Dienstag 13. November 2018

8. November 2018 - Nachrichten am Morgen

Sorgen über eine Herabstufung des Internationalen Flughafens Hosea Kutako durch die Internationale Zivilluftfahrt-Organisation ICAO sind unbegründet. Das habe der neue Vorstandschef der Namibia Airports Company NAC, Leake Hangala, gestern auf einer Pressekonferenz erklärt, berichtet die Allgemeine Zeitung. Der Flughafen sei für die anstehenden Inspektionen der ICAO gerüstet. In diesem Monat finde eine Überprüfung auf neue Vorgaben statt, während ein so genannter Safety Audit erst Anfang 2020 anstehe. Hangala zufolge soll der Flughafen von März bis Oktober für 245 Millionen Namibia Dollar ausgebaut werden. Die Regierung habe das Projekt vom vorgeschriebenen Verfahren der Auftragsvergabe befreit, um die Fertigstellung zu beschleunigen.

Bei einem Horror-Unfall auf der Fernstraße B1 nördlich von Otjiwarongo haben sieben Menschen ihr Leben verloren.

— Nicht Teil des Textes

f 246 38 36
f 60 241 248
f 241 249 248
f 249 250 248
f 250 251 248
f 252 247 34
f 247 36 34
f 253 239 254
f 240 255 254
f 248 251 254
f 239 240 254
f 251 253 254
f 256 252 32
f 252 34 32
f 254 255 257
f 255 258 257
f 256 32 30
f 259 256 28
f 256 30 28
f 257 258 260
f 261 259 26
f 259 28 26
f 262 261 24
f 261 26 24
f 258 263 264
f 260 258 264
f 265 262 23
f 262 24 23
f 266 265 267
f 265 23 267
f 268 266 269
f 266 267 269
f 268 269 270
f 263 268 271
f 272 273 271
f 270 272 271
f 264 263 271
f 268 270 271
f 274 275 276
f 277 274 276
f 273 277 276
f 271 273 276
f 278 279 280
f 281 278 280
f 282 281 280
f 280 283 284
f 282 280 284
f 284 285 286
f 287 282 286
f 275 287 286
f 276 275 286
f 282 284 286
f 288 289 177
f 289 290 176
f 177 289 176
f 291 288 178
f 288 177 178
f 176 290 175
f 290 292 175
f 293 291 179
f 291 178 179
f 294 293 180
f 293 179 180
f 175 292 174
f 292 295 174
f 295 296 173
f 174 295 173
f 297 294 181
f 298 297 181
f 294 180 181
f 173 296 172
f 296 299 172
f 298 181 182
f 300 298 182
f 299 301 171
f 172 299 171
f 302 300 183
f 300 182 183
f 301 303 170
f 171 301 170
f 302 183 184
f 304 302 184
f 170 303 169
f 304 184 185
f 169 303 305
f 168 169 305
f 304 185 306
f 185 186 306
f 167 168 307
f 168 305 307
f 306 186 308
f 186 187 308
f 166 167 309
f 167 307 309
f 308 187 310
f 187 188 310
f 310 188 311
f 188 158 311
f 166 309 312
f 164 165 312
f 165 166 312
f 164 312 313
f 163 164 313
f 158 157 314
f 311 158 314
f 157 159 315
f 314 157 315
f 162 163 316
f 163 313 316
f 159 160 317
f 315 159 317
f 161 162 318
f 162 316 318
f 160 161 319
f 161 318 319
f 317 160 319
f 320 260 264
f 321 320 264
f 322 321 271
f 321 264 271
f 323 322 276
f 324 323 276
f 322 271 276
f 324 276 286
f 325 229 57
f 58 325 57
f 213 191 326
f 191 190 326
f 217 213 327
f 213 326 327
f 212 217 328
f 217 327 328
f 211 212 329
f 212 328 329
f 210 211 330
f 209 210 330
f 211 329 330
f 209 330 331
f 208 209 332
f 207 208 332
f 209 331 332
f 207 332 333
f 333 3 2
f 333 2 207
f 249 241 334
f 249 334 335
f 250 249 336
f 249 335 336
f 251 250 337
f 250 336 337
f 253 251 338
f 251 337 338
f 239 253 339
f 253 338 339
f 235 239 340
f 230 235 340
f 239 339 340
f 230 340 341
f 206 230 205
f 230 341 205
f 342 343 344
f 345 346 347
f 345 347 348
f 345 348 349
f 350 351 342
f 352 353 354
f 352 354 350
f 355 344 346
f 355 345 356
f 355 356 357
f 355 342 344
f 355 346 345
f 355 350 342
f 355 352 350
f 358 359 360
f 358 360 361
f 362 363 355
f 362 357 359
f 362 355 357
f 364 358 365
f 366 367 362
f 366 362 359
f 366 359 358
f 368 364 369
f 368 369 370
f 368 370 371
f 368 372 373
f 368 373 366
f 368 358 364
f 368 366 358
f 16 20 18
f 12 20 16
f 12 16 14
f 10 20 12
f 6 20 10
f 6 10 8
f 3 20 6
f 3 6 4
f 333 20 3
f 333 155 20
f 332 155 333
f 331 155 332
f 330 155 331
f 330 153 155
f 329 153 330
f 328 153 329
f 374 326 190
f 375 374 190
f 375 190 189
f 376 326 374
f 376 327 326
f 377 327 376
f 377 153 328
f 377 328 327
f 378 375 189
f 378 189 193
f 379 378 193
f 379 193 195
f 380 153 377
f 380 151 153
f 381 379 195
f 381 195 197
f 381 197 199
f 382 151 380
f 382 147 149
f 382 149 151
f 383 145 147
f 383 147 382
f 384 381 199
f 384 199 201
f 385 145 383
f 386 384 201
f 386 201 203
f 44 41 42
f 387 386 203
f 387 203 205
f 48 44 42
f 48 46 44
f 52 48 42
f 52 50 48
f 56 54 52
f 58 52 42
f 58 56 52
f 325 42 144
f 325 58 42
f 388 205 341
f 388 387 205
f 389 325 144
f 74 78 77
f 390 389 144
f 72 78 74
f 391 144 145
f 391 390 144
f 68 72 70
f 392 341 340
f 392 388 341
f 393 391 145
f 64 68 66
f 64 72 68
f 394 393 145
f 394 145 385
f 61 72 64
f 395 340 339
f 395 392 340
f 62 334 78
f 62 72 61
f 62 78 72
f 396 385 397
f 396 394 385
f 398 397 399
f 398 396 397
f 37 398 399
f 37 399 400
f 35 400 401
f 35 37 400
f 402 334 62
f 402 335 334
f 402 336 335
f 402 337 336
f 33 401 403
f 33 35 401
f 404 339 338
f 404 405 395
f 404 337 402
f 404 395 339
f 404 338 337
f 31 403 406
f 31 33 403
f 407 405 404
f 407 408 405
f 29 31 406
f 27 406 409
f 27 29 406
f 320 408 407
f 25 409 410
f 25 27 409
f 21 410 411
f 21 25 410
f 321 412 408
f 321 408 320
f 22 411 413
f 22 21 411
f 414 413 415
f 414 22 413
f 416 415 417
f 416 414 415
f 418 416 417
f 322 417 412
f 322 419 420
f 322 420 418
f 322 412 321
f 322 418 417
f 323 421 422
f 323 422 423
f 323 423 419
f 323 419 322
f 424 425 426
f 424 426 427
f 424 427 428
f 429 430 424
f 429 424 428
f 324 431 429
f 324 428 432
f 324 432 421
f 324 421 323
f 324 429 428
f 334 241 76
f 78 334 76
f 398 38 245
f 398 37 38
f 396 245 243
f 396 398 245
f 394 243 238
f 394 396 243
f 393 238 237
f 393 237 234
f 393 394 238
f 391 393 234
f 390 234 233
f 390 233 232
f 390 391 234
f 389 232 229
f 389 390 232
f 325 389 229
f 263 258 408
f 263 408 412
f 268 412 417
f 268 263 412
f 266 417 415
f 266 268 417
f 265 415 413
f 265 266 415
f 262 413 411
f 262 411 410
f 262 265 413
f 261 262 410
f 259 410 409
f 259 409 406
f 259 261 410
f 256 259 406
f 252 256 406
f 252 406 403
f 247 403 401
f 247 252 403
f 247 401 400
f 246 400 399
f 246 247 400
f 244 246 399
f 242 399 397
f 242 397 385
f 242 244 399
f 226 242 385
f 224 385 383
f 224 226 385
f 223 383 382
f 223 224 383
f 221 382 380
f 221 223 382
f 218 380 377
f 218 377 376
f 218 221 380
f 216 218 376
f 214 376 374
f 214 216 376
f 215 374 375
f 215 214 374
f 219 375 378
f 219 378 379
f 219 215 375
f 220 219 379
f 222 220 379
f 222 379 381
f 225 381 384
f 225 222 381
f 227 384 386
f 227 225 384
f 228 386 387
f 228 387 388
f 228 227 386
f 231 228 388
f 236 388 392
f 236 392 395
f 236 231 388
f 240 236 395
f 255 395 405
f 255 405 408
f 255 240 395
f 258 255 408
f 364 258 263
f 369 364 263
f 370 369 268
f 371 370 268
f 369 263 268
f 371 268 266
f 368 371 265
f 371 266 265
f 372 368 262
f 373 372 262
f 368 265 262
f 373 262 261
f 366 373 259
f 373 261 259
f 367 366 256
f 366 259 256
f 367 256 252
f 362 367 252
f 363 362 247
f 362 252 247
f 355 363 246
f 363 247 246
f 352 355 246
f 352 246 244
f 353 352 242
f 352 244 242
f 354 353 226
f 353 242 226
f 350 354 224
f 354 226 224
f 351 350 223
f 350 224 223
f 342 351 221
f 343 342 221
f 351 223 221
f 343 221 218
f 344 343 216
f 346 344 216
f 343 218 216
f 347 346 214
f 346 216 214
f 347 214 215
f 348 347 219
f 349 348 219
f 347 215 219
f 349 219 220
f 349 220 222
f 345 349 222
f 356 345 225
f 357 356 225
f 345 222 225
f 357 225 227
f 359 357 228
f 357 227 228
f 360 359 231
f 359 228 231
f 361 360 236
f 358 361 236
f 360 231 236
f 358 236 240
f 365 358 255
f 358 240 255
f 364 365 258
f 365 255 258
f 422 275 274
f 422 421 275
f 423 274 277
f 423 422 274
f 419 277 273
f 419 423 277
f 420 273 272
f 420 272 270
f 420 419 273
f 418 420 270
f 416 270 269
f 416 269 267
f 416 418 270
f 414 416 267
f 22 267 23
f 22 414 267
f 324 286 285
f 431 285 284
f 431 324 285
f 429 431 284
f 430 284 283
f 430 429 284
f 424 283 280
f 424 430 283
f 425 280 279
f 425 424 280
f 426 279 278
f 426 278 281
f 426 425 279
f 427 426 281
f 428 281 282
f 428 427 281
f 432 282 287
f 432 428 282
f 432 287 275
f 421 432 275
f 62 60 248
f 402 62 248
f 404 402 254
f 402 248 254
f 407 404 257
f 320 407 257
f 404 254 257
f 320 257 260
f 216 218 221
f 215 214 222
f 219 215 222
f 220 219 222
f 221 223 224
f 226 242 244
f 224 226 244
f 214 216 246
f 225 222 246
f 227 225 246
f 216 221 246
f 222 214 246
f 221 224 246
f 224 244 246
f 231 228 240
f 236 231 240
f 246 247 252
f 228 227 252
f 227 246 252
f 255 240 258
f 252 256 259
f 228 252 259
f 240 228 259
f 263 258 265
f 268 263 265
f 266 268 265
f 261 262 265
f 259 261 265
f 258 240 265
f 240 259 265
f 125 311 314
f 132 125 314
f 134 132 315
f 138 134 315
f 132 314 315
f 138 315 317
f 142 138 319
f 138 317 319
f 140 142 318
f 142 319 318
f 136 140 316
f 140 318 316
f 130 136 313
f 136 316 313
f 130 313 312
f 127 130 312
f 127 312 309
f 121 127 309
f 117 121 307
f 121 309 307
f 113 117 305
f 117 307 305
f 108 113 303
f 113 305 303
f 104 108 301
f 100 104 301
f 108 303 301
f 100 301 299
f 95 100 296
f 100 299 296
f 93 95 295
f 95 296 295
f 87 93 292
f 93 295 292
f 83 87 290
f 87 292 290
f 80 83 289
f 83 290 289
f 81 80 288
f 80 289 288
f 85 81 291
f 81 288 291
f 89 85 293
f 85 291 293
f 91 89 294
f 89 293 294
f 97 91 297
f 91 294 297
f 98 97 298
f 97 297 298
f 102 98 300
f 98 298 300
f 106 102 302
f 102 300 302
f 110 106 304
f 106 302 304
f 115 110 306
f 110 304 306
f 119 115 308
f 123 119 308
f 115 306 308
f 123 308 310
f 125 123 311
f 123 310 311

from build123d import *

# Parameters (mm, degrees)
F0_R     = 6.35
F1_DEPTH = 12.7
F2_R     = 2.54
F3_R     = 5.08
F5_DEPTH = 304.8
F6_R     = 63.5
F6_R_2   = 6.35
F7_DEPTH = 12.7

Etwa 15 Kilometer außerhalb des Ortes sei gegen 13.30 Uhr ein Minibus mit 17 Insassen mit einem entgegenkommenden Bakkie kollidiert, meldet die Presseagentur NAMPA unter Berufung auf die Polizei. Die Fahrzeuge finden Feuer. Sieben Personen, darunter zwei Kinder, verbrannten bis zur Unkenntlichkeit. Elf Menschen kamen mit Verletzungen ins Krankenhaus. Ersten Untersuchungen zufolge hatte der Fahrer des Minibusses versucht, ein anderes Fahrzeug zu überholen.

Im Chobe im Nordosten Namibias sind rund 400 Büffel ertrunken. Die Herde sei von Botswana aus möglicherweise vor Raubtieren in den Fluss geflohen, teilte das Umweltministerium laut Namibian mit. Auf der namibischen Seite sei das Ufer jedoch zu steil gewesen, so dass sie ertranken. Der tragische Vorfall habe sich wohl am Dienstag ereignet. Dem Ministerium zufolge werden die Kadaver inspiziert und das Fleisch, soweit es sich für den menschlichen Verzehr noch eignet, an die Gemeinschaften der Umgebung verteilt.

Die namibische Polizei NAMPOL, die City Police von Windhoek und Sicherheitsfirmen sollten im Kampf gegen die Kriminalität im Landeszentrum zusammenarbeiten. Dazu habe NAMPOL-Chef Sebastian Ndeitunga gestern aufgerufen, meldet die Presseagentur NAMPA. Bislang scheine es, als würde jeder für sich seine eigenen Operationen planen und durchführen. Ndeitunga stellte den strategischen Fünf-Jahres-Plan und die Kundendienst-Charta von NAMPOL vor. Die Strategie richte die Arbeitsabläufe noch stärker auf grundlegende Aufgaben wie öffentliche Sicherheit, Prävention und Ermittlungen aus, während die Charta den Bürgern einen gewissen Standard der polizeilichen Leistungen zusichere.

Eine Woche nach dem Freispruch einer Christin in Pakistan, hat die Frau das Gefängnis verlassen. Asia Bibi saß in dem muslimischen Land wegen angeblicher Gotteslästerung neun Jahre hinter Gitter und sollte hingerichtet werden. Das Oberste Gericht Pakistans sprach sie frei. Der Fall hatte international für Aufsehen gesorgt.